Rusia evalúa la invitación, Bielorrusia la celebra
El Kremlin confirmó oficialmente que Vladímir Putin recibió la invitación de la Casa Blanca. El portavoz presidencial ruso, Dmitri Peskov, señaló que Moscú está analizando los detalles de la propuesta y que aún no se ha tomado una decisión definitiva sobre la participación de Rusia en la Junta.
La invitación se produce en un contexto delicado para las relaciones entre Washington y Moscú, marcadas por la guerra en Ucrania y las sanciones occidentales. Para el Kremlin, la prioridad estratégica sigue siendo que Estados Unidos reduzca o abandone su apoyo a Kiev, por lo que la Junta de la Paz es observada como una posible vía de negociación indirecta.

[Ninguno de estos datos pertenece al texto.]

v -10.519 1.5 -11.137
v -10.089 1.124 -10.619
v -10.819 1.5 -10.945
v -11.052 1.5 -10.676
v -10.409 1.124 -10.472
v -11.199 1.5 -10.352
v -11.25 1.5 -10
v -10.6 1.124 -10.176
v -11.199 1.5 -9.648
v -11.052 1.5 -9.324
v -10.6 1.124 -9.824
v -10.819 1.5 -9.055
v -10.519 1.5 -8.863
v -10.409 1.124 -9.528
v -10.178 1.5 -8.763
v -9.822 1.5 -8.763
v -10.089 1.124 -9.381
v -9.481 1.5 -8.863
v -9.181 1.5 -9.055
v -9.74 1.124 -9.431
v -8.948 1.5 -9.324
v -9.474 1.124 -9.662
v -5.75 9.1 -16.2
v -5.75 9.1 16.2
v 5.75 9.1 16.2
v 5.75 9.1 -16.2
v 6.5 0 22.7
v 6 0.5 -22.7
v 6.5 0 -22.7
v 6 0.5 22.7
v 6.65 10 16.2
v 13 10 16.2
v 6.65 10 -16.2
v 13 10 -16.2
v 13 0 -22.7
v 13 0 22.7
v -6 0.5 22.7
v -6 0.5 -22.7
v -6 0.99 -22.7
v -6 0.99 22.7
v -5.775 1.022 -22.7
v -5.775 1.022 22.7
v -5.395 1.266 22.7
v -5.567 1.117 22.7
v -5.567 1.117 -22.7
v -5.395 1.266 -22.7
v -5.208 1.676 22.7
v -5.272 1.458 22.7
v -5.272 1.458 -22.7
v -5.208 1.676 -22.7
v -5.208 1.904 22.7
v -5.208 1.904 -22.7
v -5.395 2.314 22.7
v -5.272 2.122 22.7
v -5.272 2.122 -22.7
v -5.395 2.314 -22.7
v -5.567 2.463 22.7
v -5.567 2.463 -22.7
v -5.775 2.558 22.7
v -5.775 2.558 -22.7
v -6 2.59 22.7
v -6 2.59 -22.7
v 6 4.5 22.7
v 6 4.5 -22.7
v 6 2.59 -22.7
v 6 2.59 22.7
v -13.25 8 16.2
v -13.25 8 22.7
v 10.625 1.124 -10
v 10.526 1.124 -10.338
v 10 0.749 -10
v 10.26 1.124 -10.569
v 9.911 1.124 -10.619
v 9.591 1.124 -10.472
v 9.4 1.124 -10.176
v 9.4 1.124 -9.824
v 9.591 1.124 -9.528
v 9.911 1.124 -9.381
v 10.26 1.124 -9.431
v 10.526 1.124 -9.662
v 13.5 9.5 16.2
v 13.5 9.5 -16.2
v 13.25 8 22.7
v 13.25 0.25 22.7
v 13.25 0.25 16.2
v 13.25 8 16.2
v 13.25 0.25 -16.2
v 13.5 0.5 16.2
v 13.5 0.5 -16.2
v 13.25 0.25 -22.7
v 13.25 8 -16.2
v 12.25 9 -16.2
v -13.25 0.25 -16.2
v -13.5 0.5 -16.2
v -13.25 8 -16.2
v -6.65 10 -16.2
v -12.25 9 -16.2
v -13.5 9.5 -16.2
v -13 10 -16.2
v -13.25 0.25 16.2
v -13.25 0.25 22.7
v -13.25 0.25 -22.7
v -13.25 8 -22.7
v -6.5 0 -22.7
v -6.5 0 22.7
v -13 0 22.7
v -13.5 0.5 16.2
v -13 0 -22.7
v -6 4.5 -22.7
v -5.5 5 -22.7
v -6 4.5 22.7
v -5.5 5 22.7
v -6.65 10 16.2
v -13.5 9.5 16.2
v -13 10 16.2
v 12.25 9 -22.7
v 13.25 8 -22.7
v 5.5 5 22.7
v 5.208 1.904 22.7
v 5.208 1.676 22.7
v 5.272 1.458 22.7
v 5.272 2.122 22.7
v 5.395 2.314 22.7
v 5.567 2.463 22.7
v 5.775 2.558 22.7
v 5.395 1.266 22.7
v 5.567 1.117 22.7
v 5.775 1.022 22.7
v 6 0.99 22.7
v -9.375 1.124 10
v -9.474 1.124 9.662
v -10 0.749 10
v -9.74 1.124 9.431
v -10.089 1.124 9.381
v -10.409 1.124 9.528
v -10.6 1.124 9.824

Muy diferente fue la reacción de Bielorrusia. El presidente Aleksandr Lukashenko expresó su disposición inmediata a integrarse al organismo y manifestó su deseo de que la Junta amplíe su mandato y se convierta en una herramienta central de una “nueva arquitectura de seguridad global”. Desde Minsk interpretaron la invitación como un reconocimiento político al liderazgo del mandatario bielorruso y al reciente acercamiento con Washington.
Este acercamiento se consolidó tras la liberación de más de un centenar de presos políticos por parte del régimen bielorruso, a cambio del levantamiento de sanciones estadounidenses sobre la potasa, un mineral estratégico para la economía del país.
Francia marca distancia y alerta sobre el rol de la ONU
Francia fue uno de los primeros países en expresar públicamente sus reservas. El entorno del presidente Emmanuel Macron confirmó que París fue invitada a integrar la Junta de la Paz, pero adelantó que, por el momento, no tiene intención de aceptar.
Según fuentes oficiales francesas, el marco jurídico propuesto plantea interrogantes de fondo sobre el respeto a los principios y a la estructura de las Naciones Unidas. En particular, preocupa que la nueva Junta pueda socavar el papel central de la ONU como espacio legítimo de deliberación y resolución de conflictos internacionales.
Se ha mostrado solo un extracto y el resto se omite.